Deutsche Bahn schließt Reisezentren in Wuppertal und Solingen – Kritik an sozialer Ungerechtigkeit
Ferdinand WeimerDeutsche Bahn schließt Reisezentren in Wuppertal und Solingen – Kritik an sozialer Ungerechtigkeit
Deutsche Bahn schließt Reisezentren in Wuppertal und Solingen
Die Deutsche Bahn wird ihre Reisezentren an den Hauptbahnhöfen Wuppertal und Solingen schließen. Der Schritt folgt auf die Vergabe des lokalen Ticketverkaufs durch den Verkehrsverbund Rhein-Ruhr (VRR) an den Konzern Transdev. Kritiker warnen, dass damit schutzbedürftige Fahrgäste ohne wichtige persönliche Beratung dastehen.
Als Begründung führt das Unternehmen wirtschaftliche Gründe an. Politiker und Fahrgäste verurteilen die Pläne jedoch als sozial ungerecht. Die SPD-Abgeordneten Josef Neumann, Dilek Engin und Andreas Bialas betonen, dass Sparmaßnahmen nicht auf Kosten der Barrierefreiheit gehen dürften.
Neumann warnte, dass vor allem ältere Menschen und sozial benachteiligte Gruppen unter der Schließung leiden würden. Engin fragte, ob Großmütter und ausländische Touristen künftig ohne persönliche Hilfe auskommen müssten. Bialas ergänzte, dass viele Menschen – besonders bei kurzfristigen Änderungen oder komplexen Buchungen – mit digitalen Lösungen überfordert seien.
Wie die Deutsche Bahn ältere oder internationale Reisende nach den Schließungen unterstützen will, blieb bisher unklar. Allgemein verweist das Unternehmen auf Online-Dienste über bahn.de und die DB Navigator-App sowie auf die Mobilitätsservice-Zentrale (MSZ) für vorab gebuchte Mobilitätshilfen. Dirk Pohlmann, Pressesprecher des Unternehmens in Düsseldorf, lehnte eine weitere Stellungnahme ab.
Die Entscheidung droht, wichtige Kundengruppen auszuschließen und das Image der Deutschen Bahn weiter zu beschädigen.

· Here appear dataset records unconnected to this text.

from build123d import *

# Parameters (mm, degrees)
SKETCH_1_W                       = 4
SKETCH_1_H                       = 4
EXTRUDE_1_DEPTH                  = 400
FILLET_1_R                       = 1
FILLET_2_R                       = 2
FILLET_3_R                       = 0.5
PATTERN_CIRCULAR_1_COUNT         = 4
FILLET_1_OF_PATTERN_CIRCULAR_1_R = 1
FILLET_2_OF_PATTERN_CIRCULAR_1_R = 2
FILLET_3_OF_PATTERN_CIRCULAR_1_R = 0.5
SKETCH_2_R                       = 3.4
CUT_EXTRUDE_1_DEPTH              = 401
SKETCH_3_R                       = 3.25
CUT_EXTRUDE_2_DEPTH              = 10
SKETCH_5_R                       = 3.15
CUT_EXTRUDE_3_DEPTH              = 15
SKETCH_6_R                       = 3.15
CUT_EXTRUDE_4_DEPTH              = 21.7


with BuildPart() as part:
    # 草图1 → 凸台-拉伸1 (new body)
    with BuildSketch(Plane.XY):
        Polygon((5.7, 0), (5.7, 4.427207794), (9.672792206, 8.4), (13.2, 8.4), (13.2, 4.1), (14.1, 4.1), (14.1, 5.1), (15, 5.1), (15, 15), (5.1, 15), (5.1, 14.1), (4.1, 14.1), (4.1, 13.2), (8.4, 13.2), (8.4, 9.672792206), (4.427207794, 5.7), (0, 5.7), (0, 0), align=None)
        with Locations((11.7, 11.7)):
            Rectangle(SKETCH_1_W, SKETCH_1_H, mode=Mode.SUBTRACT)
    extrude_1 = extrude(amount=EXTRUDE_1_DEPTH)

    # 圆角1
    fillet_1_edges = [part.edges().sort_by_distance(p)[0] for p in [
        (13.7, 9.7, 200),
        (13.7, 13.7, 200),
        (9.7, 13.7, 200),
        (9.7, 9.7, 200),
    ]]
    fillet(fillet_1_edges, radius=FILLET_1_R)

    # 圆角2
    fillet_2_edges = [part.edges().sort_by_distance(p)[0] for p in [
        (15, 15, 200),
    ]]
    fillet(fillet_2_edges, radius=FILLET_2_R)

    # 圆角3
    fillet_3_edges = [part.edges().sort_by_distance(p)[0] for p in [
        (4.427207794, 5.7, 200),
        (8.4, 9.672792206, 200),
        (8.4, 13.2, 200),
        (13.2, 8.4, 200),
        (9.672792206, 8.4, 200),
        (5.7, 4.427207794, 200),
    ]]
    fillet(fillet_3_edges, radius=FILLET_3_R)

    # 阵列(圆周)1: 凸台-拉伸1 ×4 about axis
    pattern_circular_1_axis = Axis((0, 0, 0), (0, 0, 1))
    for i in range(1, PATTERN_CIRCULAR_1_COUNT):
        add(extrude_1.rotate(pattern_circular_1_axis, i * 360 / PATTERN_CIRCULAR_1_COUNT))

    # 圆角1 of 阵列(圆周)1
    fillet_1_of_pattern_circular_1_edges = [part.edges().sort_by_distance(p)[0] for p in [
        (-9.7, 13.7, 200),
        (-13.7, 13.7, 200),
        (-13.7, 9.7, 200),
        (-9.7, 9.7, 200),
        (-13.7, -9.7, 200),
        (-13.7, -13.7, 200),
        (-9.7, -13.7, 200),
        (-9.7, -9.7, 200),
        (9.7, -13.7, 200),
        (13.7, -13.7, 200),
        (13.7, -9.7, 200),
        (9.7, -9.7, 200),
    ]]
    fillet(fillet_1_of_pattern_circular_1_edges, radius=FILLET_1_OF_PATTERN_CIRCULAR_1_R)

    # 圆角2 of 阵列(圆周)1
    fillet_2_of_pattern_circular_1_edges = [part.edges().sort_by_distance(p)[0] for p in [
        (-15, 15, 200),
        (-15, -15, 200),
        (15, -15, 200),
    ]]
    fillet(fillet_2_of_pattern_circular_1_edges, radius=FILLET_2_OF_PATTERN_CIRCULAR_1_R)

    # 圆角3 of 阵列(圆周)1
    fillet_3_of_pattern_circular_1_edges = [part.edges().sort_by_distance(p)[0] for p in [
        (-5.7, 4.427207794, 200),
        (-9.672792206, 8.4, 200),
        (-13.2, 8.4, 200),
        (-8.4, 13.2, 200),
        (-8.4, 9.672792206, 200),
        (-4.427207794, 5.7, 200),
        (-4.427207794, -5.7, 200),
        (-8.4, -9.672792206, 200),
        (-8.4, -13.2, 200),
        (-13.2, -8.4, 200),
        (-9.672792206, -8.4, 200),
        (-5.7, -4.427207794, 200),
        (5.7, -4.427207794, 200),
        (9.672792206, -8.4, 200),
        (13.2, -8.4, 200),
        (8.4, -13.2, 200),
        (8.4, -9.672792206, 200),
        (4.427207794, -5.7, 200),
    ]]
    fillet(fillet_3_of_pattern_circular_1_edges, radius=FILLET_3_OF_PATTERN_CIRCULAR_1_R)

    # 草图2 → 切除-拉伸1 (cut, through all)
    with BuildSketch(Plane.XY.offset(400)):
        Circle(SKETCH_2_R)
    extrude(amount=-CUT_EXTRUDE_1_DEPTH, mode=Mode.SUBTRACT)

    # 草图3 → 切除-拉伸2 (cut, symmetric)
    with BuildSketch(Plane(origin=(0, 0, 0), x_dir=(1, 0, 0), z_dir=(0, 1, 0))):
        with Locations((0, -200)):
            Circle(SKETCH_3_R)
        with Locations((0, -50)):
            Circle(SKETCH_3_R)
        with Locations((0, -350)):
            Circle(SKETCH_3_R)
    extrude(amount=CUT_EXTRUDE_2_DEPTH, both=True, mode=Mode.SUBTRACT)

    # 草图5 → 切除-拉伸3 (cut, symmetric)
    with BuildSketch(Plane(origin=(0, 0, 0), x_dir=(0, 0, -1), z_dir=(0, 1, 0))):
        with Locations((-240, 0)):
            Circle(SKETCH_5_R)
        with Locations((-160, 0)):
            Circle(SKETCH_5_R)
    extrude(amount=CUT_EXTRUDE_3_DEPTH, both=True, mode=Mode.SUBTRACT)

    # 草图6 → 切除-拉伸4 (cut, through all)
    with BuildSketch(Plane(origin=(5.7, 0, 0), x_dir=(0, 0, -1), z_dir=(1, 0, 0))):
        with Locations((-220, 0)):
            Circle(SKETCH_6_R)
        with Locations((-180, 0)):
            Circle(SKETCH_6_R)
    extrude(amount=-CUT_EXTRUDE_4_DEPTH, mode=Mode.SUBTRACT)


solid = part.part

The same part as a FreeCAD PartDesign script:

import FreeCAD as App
import Part
import Sketcher
from FreeCAD import Vector
Q = App.Units.Quantity


def edges_at(feature, points):
    """Names of the edges that pass closest to the given points."""
    edges = feature.Shape.Edges
    near = lambda p: min(range(len(edges)), key=lambda i: edges[i].distToShape(Part.Vertex(*p))[0])
    return sorted({f"Edge{near(p) + 1}" for p in points})


def add_polygon(sketch, points):
    """Adds a closed chain of lines whose ends are joined by coincident constraints."""
    first, n = sketch.GeometryCount, len(points)
    for a, b in zip(points, points[1:] + points[:1]):
        sketch.addGeometry(Part.LineSegment(App.Vector(*a, 0), App.Vector(*b, 0)), False)
    for i in range(n):
        sketch.addConstraint(Sketcher.Constraint("Coincident", first + i, 2, first + (i + 1) % n, 1))

doc = App.newDocument("Part")
body = doc.addObject("PartDesign::Body", "Body")

sketch1 = doc.addObject("Sketcher::SketchObject", "Sketch")
body.addObject(sketch1)
sketch1.AttachmentSupport = (doc.XY_Plane, [""])
sketch1.MapMode = "FlatFace"
add_polygon(sketch1, [(5.7, 0), (5.7, 4.427208), (9.672792, 8.4), (13.2, 8.4), (13.2, 4.1), (14.1, 4.1), (14.1, 5.1), (15, 5.1), (15, 15), (5.1, 15), (5.1, 14.1), (4.1, 14.1), (4.1, 13.2), (8.4, 13.2), (8.4, 9.672792), (4.427208, 5.7), (0, 5.7), (0, 0)])
add_polygon(sketch1, [(13.7, 9.7), (9.7, 9.7), (9.7, 13.7), (13.7, 13.7)])
sketch1.addConstraint([
    Sketcher.Constraint("Vertical", 0),
    Sketcher.Constraint("Horizontal", 2),
    Sketcher.Constraint("Vertical", 3),
    Sketcher.Constraint("Horizontal", 4),
    Sketcher.Constraint("Vertical", 5),
    Sketcher.Constraint("Horizontal", 6),
    Sketcher.Constraint("Vertical", 7),
    Sketcher.Constraint("Horizontal", 8),
    Sketcher.Constraint("Vertical", 9),
    Sketcher.Constraint("Horizontal", 10),
    Sketcher.Constraint("Vertical", 11),
    Sketcher.Constraint("Horizontal", 12),
    Sketcher.Constraint("Vertical", 13),
    Sketcher.Constraint("Horizontal", 15),
    Sketcher.Constraint("Vertical", 16),
    Sketcher.Constraint("Horizontal", 17),
    Sketcher.Constraint("Horizontal", 18),
    Sketcher.Constraint("Vertical", 19),
    Sketcher.Constraint("Horizontal", 20),
    Sketcher.Constraint("Vertical", 21),
    Sketcher.Constraint("Coincident", 16, 2, -1, 1),
    Sketcher.Constraint("Parallel", 1, 14),
    Sketcher.Constraint("Equal", 4, 6),
    Sketcher.Constraint("Equal", 15, 0),
    Sketcher.Constraint("Equal", 12, 3),
    Sketcher.Constraint("Equal", 10, 5),
    Sketcher.Constraint("Equal", 8, 7),
    Sketcher.Constraint("Equal", 6, 9),
    Sketcher.Constraint("Equal", 9, 11),
    Sketcher.Constraint("Equal", 2, 13),
    Sketcher.Constraint("Equal", 17, 16),
    Sketcher.Constraint("Equal", 20, 19),
    Sketcher.Constraint("DistanceX", 10, 2, 10, 1, Q("1 mm")),
    Sketcher.Constraint("DistanceX", 18, 2, 18, 1, Q("4 mm")),
    Sketcher.Constraint("Angle", 1, Q("45 deg")),
    Sketcher.Constraint("DistanceX", 4, 1, 4, 2, Q("0.9 mm")),
    Sketcher.Constraint("DistanceX", 8, 2, 8, 1, Q("9.9 mm")),
    Sketcher.Constraint("DistanceX", 12, 1, 12, 2, Q("4.3 mm")),
    Sketcher.Constraint("DistanceX", 17, 1, 17, 2, Q("5.7 mm")),
    Sketcher.Constraint("DistanceX", -1, 1, 6, 2, Q("15 mm")),
    Sketcher.Constraint("DistanceX", -1, 1, 18, 2, Q("9.7 mm")),
    Sketcher.Constraint("DistanceY", -1, 1, 18, 2, Q("9.7 mm")),
    Sketcher.Constraint("DistanceX", 2, 1, 2, 2, Q("3.527208 mm")),
])
pad1 = doc.addObject("PartDesign::Pad", "Pad")
body.addObject(pad1)
pad1.Profile = sketch1
pad1.Length = 400
doc.recompute()

fillet = doc.addObject("PartDesign::Fillet", "Fillet")
body.addObject(fillet)
fillet.Base = (pad1, edges_at(pad1, [
    (13.7, 9.7, 200),
    (13.7, 13.7, 200),
    (9.7, 13.7, 200),
    (9.7, 9.7, 200),
]))
fillet.Radius = 1
doc.recompute()

fillet2 = doc.addObject("PartDesign::Fillet", "Fillet001")
body.addObject(fillet2)
fillet2.Base = (fillet, edges_at(fillet, [(15, 15, 200)]))
fillet2.Radius = 2
doc.recompute()

fillet3 = doc.addObject("PartDesign::Fillet", "Fillet002")
body.addObject(fillet3)
fillet3.Base = (fillet2, edges_at(fillet2, [
    (4.427, 5.7, 200),
    (8.4, 9.673, 200),
    (8.4, 13.2, 200),
    (13.2, 8.4, 200),
    (9.673, 8.4, 200),
    (5.7, 4.427, 200),
]))
fillet3.Radius = 0.5
doc.recompute()

polarpattern = doc.addObject("PartDesign::PolarPattern", "PolarPattern")
body.addObject(polarpattern)
polarpattern.Originals = [pad1]
polarpattern.Axis = (doc.Z_Axis, [""])
polarpattern.Angle = 360
polarpattern.Occurrences = 4
body.Tip = polarpattern
doc.recompute()

fillet4 = doc.addObject("PartDesign::Fillet", "Fillet003")
body.addObject(fillet4)
fillet4.Base = (polarpattern, edges_at(polarpattern, [
    (-9.7, 13.7, 200),
    (-13.7, 13.7, 200),
    (-13.7, 9.7, 200),
    (-9.7, 9.7, 200),
    (-13.7, -9.7, 200),
    (-13.7, -13.7, 200),
    (-9.7, -13.7, 200),
    (-9.7, -9.7, 200),
    (9.7, -13.7, 200),
    (13.7, -13.7, 200),
    (13.7, -9.7, 200),
    (9.7, -9.7, 200),
]))
fillet4.Radius = 1
doc.recompute()

fillet5 = doc.addObject("PartDesign::Fillet", "Fillet004")
body.addObject(fillet5)
fillet5.Base = (fillet4, edges_at(fillet4, [(-15, 15, 200), (-15, -15, 200), (15, -15, 200)]))
fillet5.Radius = 2
doc.recompute()

fillet6 = doc.addObject("PartDesign::Fillet", "Fillet005")
body.addObject(fillet6)
fillet6.Base = (fillet5, edges_at(fillet5, [
    (-5.7, 4.427, 200),
    (-9.673, 8.4, 200),
    (-13.2, 8.4, 200),
    (-8.4, 13.2, 200),
    (-8.4, 9.673, 200),
    (-4.427, 5.7, 200),
    (-4.427, -5.7, 200),
    (-8.4, -9.673, 200),
    (-8.4, -13.2, 200),
    (-13.2, -8.4, 200),
    (-9.673, -8.4, 200),
    (-5.7, -4.427, 200),
    (5.7, -4.427, 200),
    (9.673, -8.4, 200),
    (13.2, -8.4, 200),
    (8.4, -13.2, 200),
    (8.4, -9.673, 200),
    (4.427, -5.7, 200),
]))
fillet6.Radius = 0.5

sketch2 = doc.addObject("Sketcher::SketchObject", "Sketch001")
body.addObject(sketch2)
sketch2.AttachmentSupport = (doc.XY_Plane, [""])
sketch2.MapMode = "FlatFace"
sketch2.AttachmentOffset = App.Placement(Vector(0, 0, 400), App.Rotation())
sketch2.addGeometry(Part.Circle(Vector(0, 0, 0), Vector(0, 0, 1), 3.4), False)
sketch2.addConstraint([
    Sketcher.Constraint("Coincident", 0, 3, -1, 1),
    Sketcher.Constraint("Diameter", 0, Q("6.8 mm")),
])
pocket1 = doc.addObject("PartDesign::Pocket", "Pocket")
body.addObject(pocket1)
pocket1.Profile = sketch2
pocket1.Type = "ThroughAll"

sketch3 = doc.addObject("Sketcher::SketchObject", "Sketch002")
body.addObject(sketch3)
sketch3.AttachmentSupport = (doc.XZ_Plane, [""])
sketch3.MapMode = "FlatFace"
sketch3.addGeometry([
    Part.Circle(Vector(0, 200, 0), Vector(0, 0, 1), 3.25),
    Part.Circle(Vector(0, 50, 0), Vector(0, 0, 1), 3.25),
    Part.Circle(Vector(0, 350, 0), Vector(0, 0, 1), 3.25),
], False)
sketch3.addConstraint([
    Sketcher.Constraint("Equal", 0, 1),
    Sketcher.Constraint("Equal", 1, 2),
    Sketcher.Constraint("PointOnObject", 0, 3, -2),
    Sketcher.Constraint("PointOnObject", 1, 3, -2),
    Sketcher.Constraint("PointOnObject", 2, 3, -2),
    Sketcher.Constraint("Diameter", 0, Q("6.5 mm")),
    Sketcher.Constraint("DistanceY", -1, 1, 0, 3, Q("200 mm")),
    Sketcher.Constraint("DistanceY", -1, 1, 1, 3, Q("50 mm")),
    Sketcher.Constraint("DistanceY", -1, 1, 2, 3, Q("350 mm")),
])
pocket2 = doc.addObject("PartDesign::Pocket", "Pocket001")
body.addObject(pocket2)
pocket2.Profile = sketch3
pocket2.Length = 20
pocket2.Midplane = True

sketch4 = doc.addObject("Sketcher::SketchObject", "Sketch003")
body.addObject(sketch4)
sketch4.AttachmentSupport = (doc.XZ_Plane, [""])
sketch4.MapMode = "FlatFace"
sketch4.addGeometry([
    Part.Circle(Vector(0, 240, 0), Vector(0, 0, 1), 3.15),
    Part.Circle(Vector(0, 160, 0), Vector(0, 0, 1), 3.15),
], False)
sketch4.addConstraint([
    Sketcher.Constraint("Equal", 0, 1),
    Sketcher.Constraint("PointOnObject", 0, 3, -2),
    Sketcher.Constraint("PointOnObject", 1, 3, -2),
    Sketcher.Constraint("Diameter", 0, Q("6.3 mm")),
    Sketcher.Constraint("DistanceY", -1, 1, 0, 3, Q("240 mm")),
    Sketcher.Constraint("DistanceY", -1, 1, 1, 3, Q("160 mm")),
])
pocket3 = doc.addObject("PartDesign::Pocket", "Pocket002")
body.addObject(pocket3)
pocket3.Profile = sketch4
pocket3.Length = 30
pocket3.Midplane = True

Kritiker befürchten, dass der Schritt die Frustration bei denen vertieft, die auf persönliche Beratung angewiesen sind.
Die Schließungen erfolgen im Zuge der Übergabe des Ticketverkaufs durch den VRR an Transdev. Fahrgäste und Politiker wehren sich weiterhin gegen die Pläne und argumentieren, dass digitale Alternativen nicht die Bedürfnisse aller abdecken. Die langfristigen Folgen für Barrierefreiheit und Kundenvertrauen bleiben ungewiss.